My understanding is that it's desirable that only one instance of Traefik is fetching TLS certs. In my three-node swarm cluster, all three nodes are managers. Thus they all get an instance of Traefik running because of the constraint set in the config. On the backend I have a GlusterFS running and that is where I mount a lot of the volumes for containers. I've read back and forth arguments that this isn't really the right way to do it for Traefik. That instead there should be either just a single instance of the container running on the swarm, OR only one of the nodes should be updating the certs. I'm a little unclear on what the correct position is. Can someone provide some expertise on this? And, if needed, show some configuration about how it's done?
Traefik CE (Community Edition) does not support clustered LetsEncrypt. That means that you can’t really have Traefik generate a shared TLS cert.

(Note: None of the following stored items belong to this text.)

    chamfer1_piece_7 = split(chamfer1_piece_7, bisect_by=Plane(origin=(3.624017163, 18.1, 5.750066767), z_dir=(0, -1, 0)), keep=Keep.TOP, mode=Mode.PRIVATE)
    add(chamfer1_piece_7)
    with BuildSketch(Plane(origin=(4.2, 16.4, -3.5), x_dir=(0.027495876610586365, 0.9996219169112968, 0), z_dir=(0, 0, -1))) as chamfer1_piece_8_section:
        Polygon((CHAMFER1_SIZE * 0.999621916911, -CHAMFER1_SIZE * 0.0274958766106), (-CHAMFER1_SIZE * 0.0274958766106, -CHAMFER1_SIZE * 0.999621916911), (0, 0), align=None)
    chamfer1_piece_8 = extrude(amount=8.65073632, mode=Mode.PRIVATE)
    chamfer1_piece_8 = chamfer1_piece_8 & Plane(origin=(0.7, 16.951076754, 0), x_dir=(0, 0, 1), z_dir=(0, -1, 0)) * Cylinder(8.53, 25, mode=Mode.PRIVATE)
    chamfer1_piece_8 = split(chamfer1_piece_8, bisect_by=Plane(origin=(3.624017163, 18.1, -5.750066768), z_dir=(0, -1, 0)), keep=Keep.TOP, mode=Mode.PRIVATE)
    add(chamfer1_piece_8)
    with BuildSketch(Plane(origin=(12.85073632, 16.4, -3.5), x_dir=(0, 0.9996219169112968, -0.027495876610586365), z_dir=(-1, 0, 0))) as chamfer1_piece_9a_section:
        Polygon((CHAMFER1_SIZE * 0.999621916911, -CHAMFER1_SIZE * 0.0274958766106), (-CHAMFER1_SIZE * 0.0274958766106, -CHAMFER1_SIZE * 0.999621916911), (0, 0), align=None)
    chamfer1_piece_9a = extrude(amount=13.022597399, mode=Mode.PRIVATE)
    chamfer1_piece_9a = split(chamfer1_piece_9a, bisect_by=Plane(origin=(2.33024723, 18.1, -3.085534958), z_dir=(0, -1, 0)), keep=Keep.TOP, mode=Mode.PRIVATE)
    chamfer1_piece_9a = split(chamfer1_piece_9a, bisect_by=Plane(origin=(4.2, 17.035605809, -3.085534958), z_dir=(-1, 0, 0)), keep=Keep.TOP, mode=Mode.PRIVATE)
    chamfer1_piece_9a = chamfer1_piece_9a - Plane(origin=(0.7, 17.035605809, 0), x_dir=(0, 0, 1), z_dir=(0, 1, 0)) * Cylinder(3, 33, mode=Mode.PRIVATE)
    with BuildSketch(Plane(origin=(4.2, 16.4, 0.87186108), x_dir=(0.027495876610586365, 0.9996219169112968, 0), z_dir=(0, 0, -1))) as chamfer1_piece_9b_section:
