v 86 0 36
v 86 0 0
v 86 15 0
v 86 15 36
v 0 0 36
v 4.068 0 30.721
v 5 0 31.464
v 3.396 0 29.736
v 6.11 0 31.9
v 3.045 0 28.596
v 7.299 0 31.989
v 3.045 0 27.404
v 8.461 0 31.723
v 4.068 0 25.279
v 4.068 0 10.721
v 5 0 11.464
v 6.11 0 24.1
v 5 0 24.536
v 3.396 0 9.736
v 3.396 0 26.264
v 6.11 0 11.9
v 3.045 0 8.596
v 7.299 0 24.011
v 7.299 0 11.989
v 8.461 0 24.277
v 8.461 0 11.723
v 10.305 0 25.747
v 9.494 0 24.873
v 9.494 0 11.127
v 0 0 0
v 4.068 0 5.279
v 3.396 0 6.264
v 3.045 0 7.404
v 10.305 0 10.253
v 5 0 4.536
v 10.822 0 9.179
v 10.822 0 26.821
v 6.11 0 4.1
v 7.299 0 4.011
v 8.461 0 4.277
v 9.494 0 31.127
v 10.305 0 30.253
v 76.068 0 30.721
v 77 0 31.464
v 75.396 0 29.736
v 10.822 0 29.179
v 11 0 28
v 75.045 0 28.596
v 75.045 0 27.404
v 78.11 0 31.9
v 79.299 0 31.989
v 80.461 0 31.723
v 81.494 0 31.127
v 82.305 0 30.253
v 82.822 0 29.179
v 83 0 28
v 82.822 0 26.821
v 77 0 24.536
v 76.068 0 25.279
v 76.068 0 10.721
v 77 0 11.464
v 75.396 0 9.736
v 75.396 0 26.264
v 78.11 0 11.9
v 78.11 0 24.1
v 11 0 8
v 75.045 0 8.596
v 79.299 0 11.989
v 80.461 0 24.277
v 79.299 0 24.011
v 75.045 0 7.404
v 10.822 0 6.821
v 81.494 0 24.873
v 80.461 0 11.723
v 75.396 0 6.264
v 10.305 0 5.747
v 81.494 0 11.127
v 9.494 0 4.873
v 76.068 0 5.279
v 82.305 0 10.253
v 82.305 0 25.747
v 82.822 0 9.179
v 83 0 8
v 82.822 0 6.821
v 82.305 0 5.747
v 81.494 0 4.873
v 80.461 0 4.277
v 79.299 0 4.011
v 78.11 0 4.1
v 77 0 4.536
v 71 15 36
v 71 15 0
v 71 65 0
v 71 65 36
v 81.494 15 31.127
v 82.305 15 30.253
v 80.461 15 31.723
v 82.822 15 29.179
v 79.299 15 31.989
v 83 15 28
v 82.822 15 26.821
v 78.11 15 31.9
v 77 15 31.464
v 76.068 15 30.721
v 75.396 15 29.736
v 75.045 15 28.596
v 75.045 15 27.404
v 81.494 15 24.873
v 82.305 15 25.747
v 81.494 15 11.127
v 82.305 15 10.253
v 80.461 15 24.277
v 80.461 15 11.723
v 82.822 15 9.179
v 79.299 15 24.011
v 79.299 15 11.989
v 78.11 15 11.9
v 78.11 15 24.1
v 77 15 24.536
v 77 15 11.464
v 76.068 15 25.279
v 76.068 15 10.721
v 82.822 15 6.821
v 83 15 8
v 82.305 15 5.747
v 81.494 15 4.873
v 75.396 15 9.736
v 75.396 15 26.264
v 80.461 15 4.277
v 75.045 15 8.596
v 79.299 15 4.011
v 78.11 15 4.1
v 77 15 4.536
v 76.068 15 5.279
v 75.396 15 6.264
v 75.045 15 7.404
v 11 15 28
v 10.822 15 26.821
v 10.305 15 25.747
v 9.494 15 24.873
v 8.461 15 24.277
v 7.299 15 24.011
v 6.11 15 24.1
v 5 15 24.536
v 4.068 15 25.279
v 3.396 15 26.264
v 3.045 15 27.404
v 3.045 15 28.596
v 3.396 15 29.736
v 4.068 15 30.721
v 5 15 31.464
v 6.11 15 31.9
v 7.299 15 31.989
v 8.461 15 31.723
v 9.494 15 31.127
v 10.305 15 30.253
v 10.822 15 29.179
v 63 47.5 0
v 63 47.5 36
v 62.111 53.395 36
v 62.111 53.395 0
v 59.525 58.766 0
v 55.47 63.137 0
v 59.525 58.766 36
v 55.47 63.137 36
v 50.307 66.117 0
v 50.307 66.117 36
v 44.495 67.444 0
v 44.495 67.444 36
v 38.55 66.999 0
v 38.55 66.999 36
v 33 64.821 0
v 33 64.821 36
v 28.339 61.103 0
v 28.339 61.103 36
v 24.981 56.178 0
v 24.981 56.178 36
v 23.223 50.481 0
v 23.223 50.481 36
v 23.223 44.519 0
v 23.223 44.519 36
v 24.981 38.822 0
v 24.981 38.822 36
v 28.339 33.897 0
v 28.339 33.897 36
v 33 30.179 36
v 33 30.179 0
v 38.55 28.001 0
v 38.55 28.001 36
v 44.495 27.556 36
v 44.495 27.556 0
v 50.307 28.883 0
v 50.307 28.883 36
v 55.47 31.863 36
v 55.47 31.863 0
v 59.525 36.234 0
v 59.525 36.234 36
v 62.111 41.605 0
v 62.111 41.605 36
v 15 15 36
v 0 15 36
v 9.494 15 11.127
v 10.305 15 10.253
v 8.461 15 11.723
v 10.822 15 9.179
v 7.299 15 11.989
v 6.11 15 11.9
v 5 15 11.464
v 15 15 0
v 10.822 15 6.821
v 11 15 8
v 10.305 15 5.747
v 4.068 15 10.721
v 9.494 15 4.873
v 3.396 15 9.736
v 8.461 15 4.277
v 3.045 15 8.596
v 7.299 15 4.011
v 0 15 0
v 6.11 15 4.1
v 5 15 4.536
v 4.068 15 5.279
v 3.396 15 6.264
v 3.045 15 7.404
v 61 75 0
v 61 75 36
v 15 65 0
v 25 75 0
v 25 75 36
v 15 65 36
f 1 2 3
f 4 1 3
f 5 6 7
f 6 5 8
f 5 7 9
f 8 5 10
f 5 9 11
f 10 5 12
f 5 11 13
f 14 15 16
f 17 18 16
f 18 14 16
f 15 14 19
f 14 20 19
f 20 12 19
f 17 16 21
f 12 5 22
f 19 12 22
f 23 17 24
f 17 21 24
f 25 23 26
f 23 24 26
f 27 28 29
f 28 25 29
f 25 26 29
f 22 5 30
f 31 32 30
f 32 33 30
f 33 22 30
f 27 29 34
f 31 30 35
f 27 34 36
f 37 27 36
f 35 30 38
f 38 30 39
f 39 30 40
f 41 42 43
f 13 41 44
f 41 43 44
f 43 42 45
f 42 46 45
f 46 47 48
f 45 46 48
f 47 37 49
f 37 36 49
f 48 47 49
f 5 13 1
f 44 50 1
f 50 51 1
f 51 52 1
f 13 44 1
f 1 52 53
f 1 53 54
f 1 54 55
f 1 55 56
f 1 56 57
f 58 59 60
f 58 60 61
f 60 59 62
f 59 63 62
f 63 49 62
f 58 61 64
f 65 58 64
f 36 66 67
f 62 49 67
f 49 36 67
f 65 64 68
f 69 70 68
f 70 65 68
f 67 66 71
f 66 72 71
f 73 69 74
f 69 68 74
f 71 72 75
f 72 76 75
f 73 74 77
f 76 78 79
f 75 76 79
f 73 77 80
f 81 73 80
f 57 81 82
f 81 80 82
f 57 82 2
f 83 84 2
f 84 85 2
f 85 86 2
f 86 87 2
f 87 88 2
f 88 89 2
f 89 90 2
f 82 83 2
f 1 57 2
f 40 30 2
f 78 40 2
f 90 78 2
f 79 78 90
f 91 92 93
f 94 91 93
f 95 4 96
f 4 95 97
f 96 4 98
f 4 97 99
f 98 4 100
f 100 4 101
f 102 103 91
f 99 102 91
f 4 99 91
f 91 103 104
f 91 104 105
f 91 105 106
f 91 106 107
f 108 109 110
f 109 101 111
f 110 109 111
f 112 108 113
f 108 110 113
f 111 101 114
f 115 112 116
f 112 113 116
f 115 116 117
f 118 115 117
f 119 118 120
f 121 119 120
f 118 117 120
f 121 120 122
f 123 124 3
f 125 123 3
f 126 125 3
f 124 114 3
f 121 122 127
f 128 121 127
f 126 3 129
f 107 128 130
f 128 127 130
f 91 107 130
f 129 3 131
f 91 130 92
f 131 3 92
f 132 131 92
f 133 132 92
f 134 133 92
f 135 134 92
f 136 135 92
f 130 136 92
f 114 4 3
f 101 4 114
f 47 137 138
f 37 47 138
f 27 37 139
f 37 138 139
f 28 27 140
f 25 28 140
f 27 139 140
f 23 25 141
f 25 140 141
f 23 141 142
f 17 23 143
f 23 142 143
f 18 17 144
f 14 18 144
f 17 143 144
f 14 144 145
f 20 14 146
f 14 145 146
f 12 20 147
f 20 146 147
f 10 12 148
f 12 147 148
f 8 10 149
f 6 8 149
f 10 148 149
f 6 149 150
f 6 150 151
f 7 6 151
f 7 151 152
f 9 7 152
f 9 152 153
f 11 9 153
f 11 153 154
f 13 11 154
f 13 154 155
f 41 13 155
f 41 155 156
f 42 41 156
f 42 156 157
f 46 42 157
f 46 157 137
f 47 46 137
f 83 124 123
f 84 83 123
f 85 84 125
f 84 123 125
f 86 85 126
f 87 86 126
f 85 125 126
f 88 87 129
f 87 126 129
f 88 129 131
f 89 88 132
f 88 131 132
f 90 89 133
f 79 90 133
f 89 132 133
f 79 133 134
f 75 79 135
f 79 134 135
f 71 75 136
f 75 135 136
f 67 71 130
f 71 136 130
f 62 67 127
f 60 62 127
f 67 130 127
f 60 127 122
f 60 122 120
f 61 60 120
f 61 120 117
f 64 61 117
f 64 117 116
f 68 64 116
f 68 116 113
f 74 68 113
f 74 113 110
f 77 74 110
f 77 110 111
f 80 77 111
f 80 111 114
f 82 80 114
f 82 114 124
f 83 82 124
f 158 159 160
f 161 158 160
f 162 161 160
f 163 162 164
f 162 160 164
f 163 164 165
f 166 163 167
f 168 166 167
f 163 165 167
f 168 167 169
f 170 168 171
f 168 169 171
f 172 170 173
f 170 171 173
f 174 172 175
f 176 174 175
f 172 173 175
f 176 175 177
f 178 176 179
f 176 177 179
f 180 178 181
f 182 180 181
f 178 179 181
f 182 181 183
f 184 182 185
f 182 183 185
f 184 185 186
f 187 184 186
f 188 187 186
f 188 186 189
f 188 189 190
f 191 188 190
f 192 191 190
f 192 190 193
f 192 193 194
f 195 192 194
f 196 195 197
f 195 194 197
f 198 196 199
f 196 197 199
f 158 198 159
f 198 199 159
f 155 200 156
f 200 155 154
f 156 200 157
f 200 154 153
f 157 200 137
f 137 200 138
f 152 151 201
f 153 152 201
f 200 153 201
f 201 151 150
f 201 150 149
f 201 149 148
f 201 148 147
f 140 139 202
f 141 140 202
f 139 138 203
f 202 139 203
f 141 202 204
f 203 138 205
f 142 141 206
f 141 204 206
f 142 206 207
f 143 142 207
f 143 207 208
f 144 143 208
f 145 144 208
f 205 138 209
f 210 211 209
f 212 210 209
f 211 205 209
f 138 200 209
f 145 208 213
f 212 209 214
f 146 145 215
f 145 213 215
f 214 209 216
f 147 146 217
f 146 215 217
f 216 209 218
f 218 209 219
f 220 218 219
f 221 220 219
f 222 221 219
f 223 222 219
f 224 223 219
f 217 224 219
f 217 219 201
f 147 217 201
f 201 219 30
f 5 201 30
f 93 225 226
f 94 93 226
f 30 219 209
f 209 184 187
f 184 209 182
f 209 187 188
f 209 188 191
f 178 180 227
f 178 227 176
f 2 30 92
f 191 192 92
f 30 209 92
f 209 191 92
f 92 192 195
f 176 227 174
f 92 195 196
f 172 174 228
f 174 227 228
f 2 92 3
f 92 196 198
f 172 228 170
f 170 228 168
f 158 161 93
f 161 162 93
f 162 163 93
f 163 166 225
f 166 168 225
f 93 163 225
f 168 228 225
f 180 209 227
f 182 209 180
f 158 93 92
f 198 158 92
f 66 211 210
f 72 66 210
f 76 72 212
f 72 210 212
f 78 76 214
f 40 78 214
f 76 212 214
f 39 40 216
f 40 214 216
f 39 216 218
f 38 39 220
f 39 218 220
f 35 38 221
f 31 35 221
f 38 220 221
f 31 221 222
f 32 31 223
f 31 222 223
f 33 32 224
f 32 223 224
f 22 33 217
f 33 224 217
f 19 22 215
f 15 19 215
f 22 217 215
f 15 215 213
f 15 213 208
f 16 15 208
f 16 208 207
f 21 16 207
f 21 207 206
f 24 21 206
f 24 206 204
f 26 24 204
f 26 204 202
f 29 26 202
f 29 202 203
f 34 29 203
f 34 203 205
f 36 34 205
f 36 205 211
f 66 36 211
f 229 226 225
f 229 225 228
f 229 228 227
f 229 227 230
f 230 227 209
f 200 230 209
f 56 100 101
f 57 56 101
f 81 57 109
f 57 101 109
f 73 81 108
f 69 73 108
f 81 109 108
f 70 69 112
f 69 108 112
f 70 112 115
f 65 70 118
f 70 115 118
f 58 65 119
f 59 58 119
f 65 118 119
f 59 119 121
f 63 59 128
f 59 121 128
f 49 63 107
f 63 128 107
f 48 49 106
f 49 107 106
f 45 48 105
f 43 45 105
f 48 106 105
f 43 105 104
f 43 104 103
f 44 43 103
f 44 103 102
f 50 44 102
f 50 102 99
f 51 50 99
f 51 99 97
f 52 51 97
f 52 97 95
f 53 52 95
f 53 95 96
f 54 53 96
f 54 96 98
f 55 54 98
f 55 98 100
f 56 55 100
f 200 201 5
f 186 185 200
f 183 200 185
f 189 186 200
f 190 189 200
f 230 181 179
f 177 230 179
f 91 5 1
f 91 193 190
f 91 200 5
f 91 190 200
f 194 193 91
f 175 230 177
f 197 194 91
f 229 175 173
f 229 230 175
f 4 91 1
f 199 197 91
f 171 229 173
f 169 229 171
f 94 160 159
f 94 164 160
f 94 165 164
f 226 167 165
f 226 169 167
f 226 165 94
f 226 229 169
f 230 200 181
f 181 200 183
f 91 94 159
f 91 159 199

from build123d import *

# Parameters (mm, degrees)
DODANIE_WYCI_GNI_CIE1_DEPTH = 36
SZKIC2_R                    = 20
WYTNIJ_WYCI_GNI_CIE1_DEPTH  = 36
SFAZOWANIE1_SIZE            = 10
SZKIC3_R                    = 4
WYTNIJ_WYCI_GNI_CIE2_DEPTH  = 18


with BuildPart() as part:
    # Szkic1 → Dodanie-wyciągnięcie1 (new body)
    with BuildSketch(Plane.XY):
        Polygon((0, 0), (86, 0), (86, 15), (71, 15), (71, 75), (15, 75), (15, 15), (0, 15), align=None)
    extrude(amount=DODANIE_WYCI_GNI_CIE1_DEPTH)

    # Szkic2 → Wytnij-wyciągnięcie1 (cut)
    with BuildSketch(Plane.XY.offset(36)):
        with Locations((43, 47.5)):
            Circle(SZKIC2_R)
    extrude(amount=-WYTNIJ_WYCI_GNI_CIE1_DEPTH, mode=Mode.SUBTRACT)

    # Sfazowanie1
    sfazowanie1_edges = [part.edges().sort_by_distance(p)[0] for p in [
        (15, 75, 18),
        (71, 75, 18),
    ]]
    chamfer(sfazowanie1_edges, length=SFAZOWANIE1_SIZE)

    # Szkic3 → Wytnij-wyciągnięcie2 (cut)
    with BuildSketch(Plane(origin=(0, 15, 0), x_dir=(1, 0, 0), z_dir=(0, 1, 0))):
        with Locations((79, -8)):
            Circle(SZKIC3_R)
        with Locations((7, -8)):
            Circle(SZKIC3_R)
        with Locations((79, -28)):
            Circle(SZKIC3_R)
        with Locations((7, -28)):
            Circle(SZKIC3_R)
    extrude(amount=-WYTNIJ_WYCI_GNI_CIE2_DEPTH, mode=Mode.SUBTRACT)


solid = part.part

Two potential work-arounds:
use dnsChallenge so every instance creates their own individual TLS cert. Important: there is a limit of 5 issues per week per cert, so if you don’t correctly persist the data, next time one of your three might be missing the cert.
using an external tool (like certbot) and supply the certs via files to the instances. Either individually or via a shared folder. Note that you need to touch the config files for the cert files to be reloaded. Or inline the certs into a dynamic config file, probably via a little script.
Or go crazy and load the TLS certs directly via providers.http without any file, little experiment here.
At the end it’s also a question about how you build your HA setup. We run a LB in front of Swarm, 3 Traefik instances with host ports on 3 managers. Via a Docker socket proxy you could place Traefik on worker nodes.
Thanks @bluepuma77 I saw those comments in your example docs as well. Is there a way to tell Swarm to just limit the traefik instance to just 1 instead of global? I've already got a nice tidy keepalived configuration setup on this particular swarm cluster so the traffic is really only hitting one node anyway.
It may work with a single instance, if you share the acme.json via shared folder. If the node or Traefik dies a new replica should be created by Swarm, reading the existing config file and certs.
But keepalived only monitors the node? Then you probably need ingress network for the ports of all nodes to be forwarded to single service, then don’t use Swarm port host mode.
Otherwise the HA challenge might be that re-creating the TLS certs may take some time, depending on the number of domains.
I think in my mind I was envisioning a three node cluster. GlusterFS across all three (what I have now), and then the proxy overlay network where Traefik is attached and the container still using
That one instance of Traefik with have it's certs volume (and others) mounted in the GlusterFS path. So the cert info will always be available on all nodes. If the container dies, Traefik is re-spawned somewhere else, maybe even on the same swarm node. But for the sake of this, lets say it gets instantiated on another node. It's going to get the volume exactly as it was left. Right?
Keepalived can easily track where Traefik is in the cluster because that one node will be the only one with the host based TCP bindings. We can test for that in the keepalived configuration. So the VRRP IP will always follow the Traefik container.